RE Model Creation

From Anote2Wiki
Revision as of 14:38, 4 August 2015 by Anote2Wiki (talk | contribs) (Result)
(diff) ← Older revision | Latest revision (diff) | Newer revision → (diff)
Jump to: navigation, search

Select Option

To create an RE Machine Learning Model using BioTML, the first step is to select the corpus with the RE annotations. To do this, start by loading the RE Process to the Clipboard.
Selecting the RE Process, you should right clic it and choose RE Process -> BioTML Tagger -> Create Model


Create RE Model By BioTML Tagger.png


New Configuration or Load Configuration

A wizard will be presented to configure the model creation process. The first step allows to select two options: Create New BioTML Model Configuration or Load BioTML Model Configuration. To start a new model configuration, select Create New BioTML Model Configuration and press the Next button.


Select New or Load Configuration By BioTML Tagger.png


Select NLP Tokenizer System

A GUI is presented to select the possible NLP systems that are integrated in the BioTML framework. Those systems are used to perform the tokenization of all documents to create a data matrix for machine learning algorithms.
The possible NLP systems to be chosen are the ClearNLP, Stanford Core NLP and OpenNLP. Each system contains a description that is presented on this GUI.


Select NLP System By BioTML.png


BioTML Feature Selection

The selection of the features used by the machine learning algorithm as its training data matrix is done using the GUI below. Depending on the number and type of features selected, the produced model can fit the data with variable degree of accuracy. The selection of the features can have a great impact in the predictive capability of the model, influencing precision, recall and accuracy of the model during the RE annotation.

Warning: The number of features and some feature types can significantly increase the memory and CPU usage !


Select Features For BioTML.png


BioTML Algorithm Configuration

The machine learning algorithm is selected in this GUI. Currently available options are Conditional Random Fields (CRFs) implemented by the Mallet software and Support Vector Machines (SVMs) as implemented by LIBSVM software. Advanced settings can appear regarding the selected algorithm type.

For further information about those advanced configurations please visit the URLs: CRF Information or SVM information


Select Algorithm Settings For BioTML.png


BioTML RE Aproach Type Selection

After the algorithm selection, a GUI is presented to select the possible RE approaches that will be used to train the model. For each approach, a textual description is provided in the box below.

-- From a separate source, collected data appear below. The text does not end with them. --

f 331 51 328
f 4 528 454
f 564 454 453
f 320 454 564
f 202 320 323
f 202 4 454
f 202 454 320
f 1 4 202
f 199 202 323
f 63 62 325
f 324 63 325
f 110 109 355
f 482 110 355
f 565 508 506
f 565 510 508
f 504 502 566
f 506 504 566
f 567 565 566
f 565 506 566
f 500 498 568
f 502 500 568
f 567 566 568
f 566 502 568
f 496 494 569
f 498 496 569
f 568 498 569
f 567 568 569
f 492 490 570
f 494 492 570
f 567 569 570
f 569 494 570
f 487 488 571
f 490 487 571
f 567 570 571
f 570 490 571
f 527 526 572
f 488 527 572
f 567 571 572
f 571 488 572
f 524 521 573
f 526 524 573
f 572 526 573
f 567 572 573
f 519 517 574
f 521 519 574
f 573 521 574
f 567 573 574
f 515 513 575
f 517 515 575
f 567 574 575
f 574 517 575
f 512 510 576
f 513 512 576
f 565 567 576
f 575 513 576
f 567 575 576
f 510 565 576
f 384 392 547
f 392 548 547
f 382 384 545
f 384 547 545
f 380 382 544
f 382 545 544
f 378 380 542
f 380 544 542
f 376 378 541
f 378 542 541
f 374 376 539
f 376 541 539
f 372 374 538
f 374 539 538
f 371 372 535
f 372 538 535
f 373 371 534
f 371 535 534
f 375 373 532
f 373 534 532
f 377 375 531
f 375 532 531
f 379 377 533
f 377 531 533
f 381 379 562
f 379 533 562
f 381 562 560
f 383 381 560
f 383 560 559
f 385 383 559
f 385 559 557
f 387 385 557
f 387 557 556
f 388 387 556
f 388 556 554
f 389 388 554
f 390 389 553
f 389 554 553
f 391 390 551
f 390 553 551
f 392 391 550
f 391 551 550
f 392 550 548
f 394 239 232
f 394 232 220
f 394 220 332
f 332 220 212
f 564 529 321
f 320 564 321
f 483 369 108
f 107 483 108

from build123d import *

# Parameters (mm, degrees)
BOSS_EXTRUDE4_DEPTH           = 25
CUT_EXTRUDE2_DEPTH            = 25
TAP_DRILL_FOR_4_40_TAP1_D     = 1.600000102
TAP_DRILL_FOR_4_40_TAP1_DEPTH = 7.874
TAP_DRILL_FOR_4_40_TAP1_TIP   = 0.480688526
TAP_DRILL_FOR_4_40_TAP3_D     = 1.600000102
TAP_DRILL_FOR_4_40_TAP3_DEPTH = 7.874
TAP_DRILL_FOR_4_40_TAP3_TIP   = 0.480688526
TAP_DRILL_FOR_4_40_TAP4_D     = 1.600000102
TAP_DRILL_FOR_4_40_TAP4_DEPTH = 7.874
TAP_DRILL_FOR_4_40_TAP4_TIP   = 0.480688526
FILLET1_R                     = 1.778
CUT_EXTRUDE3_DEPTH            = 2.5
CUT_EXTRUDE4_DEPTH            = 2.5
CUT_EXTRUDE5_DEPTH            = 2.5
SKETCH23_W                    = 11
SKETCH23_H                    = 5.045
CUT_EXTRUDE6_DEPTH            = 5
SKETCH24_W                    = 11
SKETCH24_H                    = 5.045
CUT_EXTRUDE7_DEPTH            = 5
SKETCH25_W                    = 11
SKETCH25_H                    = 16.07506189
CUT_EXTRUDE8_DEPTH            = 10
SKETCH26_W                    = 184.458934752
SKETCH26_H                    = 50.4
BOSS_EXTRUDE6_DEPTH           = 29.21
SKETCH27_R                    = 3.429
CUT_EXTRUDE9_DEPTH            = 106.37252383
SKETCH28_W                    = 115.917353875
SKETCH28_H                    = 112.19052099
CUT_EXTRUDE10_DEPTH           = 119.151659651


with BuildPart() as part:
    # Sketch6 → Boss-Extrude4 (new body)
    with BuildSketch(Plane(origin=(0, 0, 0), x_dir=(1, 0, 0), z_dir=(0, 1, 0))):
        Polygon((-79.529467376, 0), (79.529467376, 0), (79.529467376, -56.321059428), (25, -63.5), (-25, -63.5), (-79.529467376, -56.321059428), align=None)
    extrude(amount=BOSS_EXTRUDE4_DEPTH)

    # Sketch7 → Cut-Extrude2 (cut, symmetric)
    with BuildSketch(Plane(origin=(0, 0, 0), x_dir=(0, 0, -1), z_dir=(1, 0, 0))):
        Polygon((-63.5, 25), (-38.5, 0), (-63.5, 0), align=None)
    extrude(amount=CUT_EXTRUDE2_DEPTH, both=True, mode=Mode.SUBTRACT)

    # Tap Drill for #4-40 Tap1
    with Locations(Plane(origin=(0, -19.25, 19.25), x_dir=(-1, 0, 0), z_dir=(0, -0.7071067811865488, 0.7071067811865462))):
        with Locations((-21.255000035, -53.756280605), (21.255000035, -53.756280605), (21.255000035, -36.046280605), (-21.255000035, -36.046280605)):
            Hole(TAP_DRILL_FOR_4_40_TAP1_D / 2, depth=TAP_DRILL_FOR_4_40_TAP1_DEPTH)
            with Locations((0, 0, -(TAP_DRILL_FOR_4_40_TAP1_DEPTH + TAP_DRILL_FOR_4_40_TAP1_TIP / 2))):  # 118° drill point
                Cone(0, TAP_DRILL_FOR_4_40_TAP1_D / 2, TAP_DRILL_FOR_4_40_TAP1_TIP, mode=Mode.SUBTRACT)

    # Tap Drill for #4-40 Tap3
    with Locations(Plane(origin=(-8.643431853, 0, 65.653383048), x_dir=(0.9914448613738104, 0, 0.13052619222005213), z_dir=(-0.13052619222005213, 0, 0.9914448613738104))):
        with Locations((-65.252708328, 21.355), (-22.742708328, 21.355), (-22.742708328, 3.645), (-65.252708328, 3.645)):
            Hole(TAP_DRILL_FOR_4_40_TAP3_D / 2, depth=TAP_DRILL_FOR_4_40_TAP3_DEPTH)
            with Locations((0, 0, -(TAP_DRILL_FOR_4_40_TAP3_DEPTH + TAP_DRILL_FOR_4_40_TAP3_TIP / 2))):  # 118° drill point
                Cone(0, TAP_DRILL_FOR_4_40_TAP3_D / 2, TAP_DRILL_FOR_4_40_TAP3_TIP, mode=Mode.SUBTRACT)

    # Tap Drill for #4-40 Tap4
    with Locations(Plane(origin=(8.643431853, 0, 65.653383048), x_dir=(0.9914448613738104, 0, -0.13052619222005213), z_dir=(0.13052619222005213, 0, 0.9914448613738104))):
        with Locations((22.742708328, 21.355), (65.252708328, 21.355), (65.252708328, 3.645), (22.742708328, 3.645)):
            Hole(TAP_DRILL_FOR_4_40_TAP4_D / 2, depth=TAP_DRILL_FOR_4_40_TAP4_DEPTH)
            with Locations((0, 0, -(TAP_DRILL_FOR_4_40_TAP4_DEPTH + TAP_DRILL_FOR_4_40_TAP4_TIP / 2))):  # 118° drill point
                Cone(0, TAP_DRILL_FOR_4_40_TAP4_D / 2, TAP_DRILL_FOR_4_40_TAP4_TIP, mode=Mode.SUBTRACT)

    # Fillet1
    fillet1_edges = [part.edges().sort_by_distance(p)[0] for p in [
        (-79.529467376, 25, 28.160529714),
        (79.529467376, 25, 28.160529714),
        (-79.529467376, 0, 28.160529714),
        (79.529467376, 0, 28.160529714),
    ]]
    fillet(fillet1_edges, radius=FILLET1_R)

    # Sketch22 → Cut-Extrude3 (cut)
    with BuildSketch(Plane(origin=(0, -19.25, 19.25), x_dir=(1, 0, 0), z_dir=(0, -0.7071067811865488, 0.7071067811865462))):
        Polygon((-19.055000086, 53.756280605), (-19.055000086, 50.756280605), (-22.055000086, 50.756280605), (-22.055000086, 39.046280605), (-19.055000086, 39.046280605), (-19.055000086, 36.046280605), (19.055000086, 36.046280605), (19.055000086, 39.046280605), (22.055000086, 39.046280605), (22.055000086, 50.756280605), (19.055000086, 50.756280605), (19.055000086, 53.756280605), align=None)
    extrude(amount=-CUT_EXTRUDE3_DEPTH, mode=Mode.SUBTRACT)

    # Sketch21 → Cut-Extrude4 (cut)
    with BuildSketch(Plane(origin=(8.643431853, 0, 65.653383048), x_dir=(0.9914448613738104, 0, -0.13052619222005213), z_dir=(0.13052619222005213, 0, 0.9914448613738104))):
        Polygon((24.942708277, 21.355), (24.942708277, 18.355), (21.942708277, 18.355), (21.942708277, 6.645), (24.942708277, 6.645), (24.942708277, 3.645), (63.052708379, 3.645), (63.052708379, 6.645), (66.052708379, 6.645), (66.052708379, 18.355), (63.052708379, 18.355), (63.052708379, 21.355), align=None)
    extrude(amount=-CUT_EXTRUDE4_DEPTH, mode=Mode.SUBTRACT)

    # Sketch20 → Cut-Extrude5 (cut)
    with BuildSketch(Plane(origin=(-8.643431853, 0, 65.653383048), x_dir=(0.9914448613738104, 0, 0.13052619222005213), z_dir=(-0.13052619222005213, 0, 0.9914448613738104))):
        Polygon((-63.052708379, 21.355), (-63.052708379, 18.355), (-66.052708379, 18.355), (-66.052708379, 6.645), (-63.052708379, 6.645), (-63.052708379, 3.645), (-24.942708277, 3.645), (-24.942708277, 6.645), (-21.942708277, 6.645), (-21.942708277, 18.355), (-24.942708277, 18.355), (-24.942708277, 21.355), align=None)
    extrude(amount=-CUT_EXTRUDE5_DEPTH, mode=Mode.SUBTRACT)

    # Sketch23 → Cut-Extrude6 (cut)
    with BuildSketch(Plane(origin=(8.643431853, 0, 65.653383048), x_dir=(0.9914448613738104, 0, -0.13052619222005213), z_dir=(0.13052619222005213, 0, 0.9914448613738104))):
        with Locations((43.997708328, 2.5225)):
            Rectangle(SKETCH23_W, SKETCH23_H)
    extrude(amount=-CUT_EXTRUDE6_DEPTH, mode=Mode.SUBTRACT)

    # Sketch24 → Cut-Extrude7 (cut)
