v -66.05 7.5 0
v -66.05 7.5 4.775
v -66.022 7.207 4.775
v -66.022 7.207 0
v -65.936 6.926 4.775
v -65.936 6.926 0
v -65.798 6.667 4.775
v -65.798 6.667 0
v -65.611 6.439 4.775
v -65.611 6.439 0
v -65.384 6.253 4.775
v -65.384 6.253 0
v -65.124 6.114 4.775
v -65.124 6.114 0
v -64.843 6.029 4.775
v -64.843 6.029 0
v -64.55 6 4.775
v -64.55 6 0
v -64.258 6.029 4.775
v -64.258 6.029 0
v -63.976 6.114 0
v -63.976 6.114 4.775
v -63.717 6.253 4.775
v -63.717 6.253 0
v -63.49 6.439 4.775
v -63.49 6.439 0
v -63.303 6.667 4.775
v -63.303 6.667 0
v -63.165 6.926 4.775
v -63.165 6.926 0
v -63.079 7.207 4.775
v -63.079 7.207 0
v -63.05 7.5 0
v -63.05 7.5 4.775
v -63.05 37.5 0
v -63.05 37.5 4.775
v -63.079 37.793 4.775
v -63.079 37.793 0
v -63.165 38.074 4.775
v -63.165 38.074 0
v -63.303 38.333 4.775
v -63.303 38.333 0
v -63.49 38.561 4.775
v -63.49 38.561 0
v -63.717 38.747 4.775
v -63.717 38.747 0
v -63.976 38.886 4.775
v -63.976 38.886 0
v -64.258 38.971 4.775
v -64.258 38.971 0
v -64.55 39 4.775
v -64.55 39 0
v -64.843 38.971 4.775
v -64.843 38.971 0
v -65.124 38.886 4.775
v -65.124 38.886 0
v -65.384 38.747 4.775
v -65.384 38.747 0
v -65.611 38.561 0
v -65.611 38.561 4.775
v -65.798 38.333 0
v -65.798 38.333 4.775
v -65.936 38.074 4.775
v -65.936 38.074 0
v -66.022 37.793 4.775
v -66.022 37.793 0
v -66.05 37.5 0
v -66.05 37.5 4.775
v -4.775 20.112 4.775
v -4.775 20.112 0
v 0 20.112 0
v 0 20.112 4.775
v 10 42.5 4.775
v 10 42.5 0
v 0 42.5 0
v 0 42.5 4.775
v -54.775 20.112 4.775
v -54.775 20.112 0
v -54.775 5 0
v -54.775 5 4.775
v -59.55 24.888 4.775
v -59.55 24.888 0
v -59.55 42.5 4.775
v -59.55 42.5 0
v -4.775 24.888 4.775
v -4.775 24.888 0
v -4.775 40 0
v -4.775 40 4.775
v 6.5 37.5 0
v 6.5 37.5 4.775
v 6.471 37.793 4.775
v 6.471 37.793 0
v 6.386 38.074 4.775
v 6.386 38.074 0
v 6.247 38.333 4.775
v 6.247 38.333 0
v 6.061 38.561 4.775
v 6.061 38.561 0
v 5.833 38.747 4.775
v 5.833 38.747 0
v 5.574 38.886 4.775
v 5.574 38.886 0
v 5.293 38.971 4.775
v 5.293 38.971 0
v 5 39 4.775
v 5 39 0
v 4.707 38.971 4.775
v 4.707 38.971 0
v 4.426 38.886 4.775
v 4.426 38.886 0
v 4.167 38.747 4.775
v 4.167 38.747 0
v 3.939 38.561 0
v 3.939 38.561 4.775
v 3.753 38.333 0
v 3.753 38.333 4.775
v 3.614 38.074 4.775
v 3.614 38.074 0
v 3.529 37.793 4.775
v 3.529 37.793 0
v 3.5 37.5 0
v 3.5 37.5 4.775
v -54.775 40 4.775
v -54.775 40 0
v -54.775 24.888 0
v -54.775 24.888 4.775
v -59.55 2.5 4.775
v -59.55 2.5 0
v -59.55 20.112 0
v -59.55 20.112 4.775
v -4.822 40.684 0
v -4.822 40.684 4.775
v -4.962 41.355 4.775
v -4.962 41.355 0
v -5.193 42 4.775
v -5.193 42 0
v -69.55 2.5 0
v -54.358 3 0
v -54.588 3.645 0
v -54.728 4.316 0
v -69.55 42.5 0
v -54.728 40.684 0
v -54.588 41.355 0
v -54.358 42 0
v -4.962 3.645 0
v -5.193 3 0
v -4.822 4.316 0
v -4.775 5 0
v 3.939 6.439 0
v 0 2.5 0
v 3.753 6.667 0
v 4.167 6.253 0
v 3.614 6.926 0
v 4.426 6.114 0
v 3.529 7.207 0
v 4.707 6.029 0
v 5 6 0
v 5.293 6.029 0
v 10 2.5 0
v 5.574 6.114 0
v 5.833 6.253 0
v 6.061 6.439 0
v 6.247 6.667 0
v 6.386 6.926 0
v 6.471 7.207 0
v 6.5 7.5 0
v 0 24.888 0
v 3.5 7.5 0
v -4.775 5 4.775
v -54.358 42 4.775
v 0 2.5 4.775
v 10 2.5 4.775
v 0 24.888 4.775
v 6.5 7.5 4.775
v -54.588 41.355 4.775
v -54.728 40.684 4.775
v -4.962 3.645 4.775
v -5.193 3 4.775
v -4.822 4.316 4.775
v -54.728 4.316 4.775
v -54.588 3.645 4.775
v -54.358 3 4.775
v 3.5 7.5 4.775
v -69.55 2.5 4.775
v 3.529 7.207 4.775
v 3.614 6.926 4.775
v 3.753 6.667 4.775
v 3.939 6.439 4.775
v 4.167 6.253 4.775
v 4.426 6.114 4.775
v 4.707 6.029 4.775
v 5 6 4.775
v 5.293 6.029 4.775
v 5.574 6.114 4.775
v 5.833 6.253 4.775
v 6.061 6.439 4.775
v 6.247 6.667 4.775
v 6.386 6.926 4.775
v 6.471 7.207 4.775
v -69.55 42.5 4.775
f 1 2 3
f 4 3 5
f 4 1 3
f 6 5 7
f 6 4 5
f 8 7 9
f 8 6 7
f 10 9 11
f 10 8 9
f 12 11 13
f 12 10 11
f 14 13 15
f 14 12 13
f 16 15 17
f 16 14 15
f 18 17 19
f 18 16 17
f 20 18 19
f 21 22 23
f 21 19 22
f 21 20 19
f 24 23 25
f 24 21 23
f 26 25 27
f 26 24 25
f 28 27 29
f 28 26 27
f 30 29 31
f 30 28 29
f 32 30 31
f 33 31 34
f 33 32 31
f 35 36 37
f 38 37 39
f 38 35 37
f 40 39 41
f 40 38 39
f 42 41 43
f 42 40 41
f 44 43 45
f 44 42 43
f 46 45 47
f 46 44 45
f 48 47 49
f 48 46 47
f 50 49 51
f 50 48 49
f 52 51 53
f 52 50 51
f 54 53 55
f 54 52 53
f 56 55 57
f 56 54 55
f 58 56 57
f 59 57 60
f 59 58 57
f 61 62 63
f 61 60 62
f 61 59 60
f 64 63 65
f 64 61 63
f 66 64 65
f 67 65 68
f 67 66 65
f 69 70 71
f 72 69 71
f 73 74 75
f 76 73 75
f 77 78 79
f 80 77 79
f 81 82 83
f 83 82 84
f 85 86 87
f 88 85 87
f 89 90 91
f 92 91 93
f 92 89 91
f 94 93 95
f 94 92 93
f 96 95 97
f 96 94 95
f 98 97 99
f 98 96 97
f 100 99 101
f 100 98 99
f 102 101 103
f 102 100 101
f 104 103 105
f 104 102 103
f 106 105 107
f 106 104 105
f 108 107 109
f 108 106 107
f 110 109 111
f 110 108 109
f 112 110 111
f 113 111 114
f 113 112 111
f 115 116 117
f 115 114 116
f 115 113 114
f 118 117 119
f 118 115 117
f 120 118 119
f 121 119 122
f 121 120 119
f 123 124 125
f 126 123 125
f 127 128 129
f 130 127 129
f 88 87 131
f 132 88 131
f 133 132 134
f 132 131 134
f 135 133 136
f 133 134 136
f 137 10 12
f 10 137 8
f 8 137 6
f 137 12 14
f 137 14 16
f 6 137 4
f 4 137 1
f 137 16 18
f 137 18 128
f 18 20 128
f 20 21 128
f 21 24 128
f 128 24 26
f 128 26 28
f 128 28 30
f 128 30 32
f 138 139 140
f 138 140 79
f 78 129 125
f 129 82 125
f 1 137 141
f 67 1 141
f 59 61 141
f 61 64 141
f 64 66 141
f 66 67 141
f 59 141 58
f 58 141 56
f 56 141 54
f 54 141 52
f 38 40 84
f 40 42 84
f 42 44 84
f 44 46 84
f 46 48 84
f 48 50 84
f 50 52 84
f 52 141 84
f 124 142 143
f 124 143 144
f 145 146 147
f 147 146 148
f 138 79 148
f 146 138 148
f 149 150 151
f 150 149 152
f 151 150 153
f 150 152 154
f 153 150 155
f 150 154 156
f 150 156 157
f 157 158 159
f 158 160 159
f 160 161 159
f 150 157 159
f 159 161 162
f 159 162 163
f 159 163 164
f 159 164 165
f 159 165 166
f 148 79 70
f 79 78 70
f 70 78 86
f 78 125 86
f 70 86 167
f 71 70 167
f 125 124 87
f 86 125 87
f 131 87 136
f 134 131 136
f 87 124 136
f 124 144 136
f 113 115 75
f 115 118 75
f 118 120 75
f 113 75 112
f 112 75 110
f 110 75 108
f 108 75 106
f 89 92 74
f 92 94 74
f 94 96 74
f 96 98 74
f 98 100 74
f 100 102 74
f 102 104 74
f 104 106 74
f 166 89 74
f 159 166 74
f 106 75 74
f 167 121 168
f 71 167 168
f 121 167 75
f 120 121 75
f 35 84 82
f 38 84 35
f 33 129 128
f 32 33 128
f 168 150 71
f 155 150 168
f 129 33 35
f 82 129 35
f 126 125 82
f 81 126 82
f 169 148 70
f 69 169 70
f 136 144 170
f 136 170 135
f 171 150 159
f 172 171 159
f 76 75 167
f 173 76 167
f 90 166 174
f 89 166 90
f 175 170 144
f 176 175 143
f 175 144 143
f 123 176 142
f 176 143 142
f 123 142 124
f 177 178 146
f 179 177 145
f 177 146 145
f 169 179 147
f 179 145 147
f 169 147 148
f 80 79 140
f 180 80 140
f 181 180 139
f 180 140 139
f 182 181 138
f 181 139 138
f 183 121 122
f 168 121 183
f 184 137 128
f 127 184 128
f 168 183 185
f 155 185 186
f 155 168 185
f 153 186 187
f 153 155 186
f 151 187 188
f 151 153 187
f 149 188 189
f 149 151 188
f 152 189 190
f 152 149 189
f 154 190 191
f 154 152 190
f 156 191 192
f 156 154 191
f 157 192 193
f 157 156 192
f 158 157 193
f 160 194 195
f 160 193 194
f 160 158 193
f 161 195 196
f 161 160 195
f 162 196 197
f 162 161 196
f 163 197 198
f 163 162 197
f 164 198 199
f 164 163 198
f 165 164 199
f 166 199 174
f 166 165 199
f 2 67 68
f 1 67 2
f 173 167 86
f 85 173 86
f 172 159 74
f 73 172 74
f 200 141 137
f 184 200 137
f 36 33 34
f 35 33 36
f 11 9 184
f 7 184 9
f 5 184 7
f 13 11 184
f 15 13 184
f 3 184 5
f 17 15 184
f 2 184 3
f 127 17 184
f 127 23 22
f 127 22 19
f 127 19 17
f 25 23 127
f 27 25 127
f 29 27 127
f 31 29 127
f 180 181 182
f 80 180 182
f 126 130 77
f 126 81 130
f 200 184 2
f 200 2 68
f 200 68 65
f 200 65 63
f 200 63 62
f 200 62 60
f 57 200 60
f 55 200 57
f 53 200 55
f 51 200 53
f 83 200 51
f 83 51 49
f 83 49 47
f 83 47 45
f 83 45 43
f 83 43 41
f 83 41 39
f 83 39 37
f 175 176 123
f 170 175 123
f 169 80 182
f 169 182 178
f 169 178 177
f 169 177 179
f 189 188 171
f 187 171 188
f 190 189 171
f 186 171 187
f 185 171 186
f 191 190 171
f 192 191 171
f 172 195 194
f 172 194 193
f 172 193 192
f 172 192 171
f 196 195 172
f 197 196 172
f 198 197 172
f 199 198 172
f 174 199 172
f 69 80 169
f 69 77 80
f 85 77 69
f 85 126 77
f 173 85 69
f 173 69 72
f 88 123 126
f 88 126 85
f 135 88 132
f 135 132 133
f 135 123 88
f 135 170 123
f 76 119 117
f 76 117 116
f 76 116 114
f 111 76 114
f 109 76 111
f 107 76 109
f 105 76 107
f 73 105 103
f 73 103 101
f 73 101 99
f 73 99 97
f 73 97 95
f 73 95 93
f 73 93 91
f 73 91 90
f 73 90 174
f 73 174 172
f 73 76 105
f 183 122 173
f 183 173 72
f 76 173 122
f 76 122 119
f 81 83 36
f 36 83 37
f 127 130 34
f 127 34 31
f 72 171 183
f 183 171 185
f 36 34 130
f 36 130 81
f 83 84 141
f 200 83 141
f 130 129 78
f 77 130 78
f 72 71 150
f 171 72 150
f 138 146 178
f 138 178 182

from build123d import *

# Parameters (mm, degrees)
BOSS_EXTRUDE1_DEPTH = 4.7752
CUT_EXTRUDE1_DEPTH  = 83.976265734
CUT_EXTRUDE2_DEPTH  = 10


with BuildPart() as part:
    # Sketch1 → Boss-Extrude1 (new body)
    with BuildSketch(Plane.XY):
        with BuildLine():
            Line((0, 24.8876), (-4.7752, 24.8876))
            Line((-4.7752, 24.8876), (-4.7752, 40))
            ThreePointArc((-4.7752, 40), (-6.239666094, 43.535533906), (-9.7752, 45))
            Line((-9.7752, 45), (-49.7752, 45))
            ThreePointArc((-49.7752, 45), (-53.310733906, 43.535533906), (-54.7752, 40))
            Line((-54.7752, 40), (-54.7752, 24.8876))
            Line((-54.7752, 24.8876), (-59.5504, 24.8876))
            Line((-59.5504, 24.8876), (-59.5504, 42.5))
            Line((-59.5504, 42.5), (-69.5504, 42.5))
            Line((-69.5504, 42.5), (-69.5504, 2.5))
            Line((-69.5504, 2.5), (-59.5504, 2.5))
            Line((-59.5504, 2.5), (-59.5504, 20.1124))
            Line((-59.5504, 20.1124), (-54.7752, 20.1124))
            Line((-54.7752, 20.1124), (-54.7752, 5))
            ThreePointArc((-54.7752, 5), (-53.310733906, 1.464466094), (-49.7752, 0))
            Line((-49.7752, 0), (-9.7752, 0))
            ThreePointArc((-9.7752, 0), (-6.239666094, 1.464466094), (-4.7752, 5))
            Line((-4.7752, 5), (-4.7752, 20.1124))
            Line((-4.7752, 20.1124), (0, 20.1124))
            Line((0, 20.1124), (0, 2.5))
            Line((0, 2.5), (10, 2.5))
            Line((10, 2.5), (10, 42.5))
            Line((10, 42.5), (0, 42.5))
            Line((0, 42.5), (0, 24.8876))
        make_face()
    extrude(amount=BOSS_EXTRUDE1_DEPTH)

    # Sketch1<3> → Cut-Extrude1 (cut, through all)
    with BuildSketch(Plane.XY):
        with BuildLine():
            Line((-63.0504, 7.5), (-63.0504, 37.5))
            ThreePointArc((-63.0504, 37.5), (-64.5504, 39), (-66.0504, 37.5))
            Line((-66.0504, 37.5), (-66.0504, 7.5))
            ThreePointArc((-66.0504, 7.5), (-64.5504, 6), (-63.0504, 7.5))
        make_face()
        with BuildLine():
            Line((6.5, 7.5), (6.5, 37.5))
            ThreePointArc((6.5, 37.5), (5, 39), (3.5, 37.5))
            Line((3.5, 37.5), (3.5, 7.5))
            ThreePointArc((3.5, 7.5), (5, 6), (6.5, 7.5))
        make_face()
    extrude(amount=CUT_EXTRUDE1_DEPTH, mode=Mode.SUBTRACT)

    # Sketch1<5> → Cut-Extrude2 (cut)
    with BuildSketch(Plane.XY):
        with BuildLine():
            ThreePointArc((-5.192624305, 42), (-7.036587212, 44.183300133), (-9.7752, 45))
            Line((-9.7752, 45), (-49.7752, 45))
            ThreePointArc((-49.7752, 45), (-52.513812788, 44.183300133), (-54.357775695, 42))
            Line((-54.357775695, 42), (-5.192624305, 42))
        make_face()
        with BuildLine():
            ThreePointArc((-9.7752, 0), (-7.036587212, 0.816699867), (-5.192624305, 3))
            Line((-5.192624305, 3), (-54.357775695, 3))
            ThreePointArc((-54.357775695, 3), (-52.513812788, 0.816699867), (-49.7752, 0))
            Line((-49.7752, 0), (-9.7752, 0))
        make_face()
    extrude(amount=CUT_EXTRUDE2_DEPTH, mode=Mode.SUBTRACT)


solid = part.part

Select RE Aproach Type For Model Creation By BioTML Tagger.png


Save BioTML Model File

All configurations for RE Model creation are now defined. In this GUI, you can define a folder or Zip file that will store the RE Model.


Save Model By BioTML Tagger.png


Result

The RE model creation operation will start and a working window is shown, indicating the execution of the operation. The RE model creation operation will take a few minutes or hours, depending on corpus size and model configurations. When the process ends, a new Zip file containing the RE model will be added to the defined directory in the last GUI.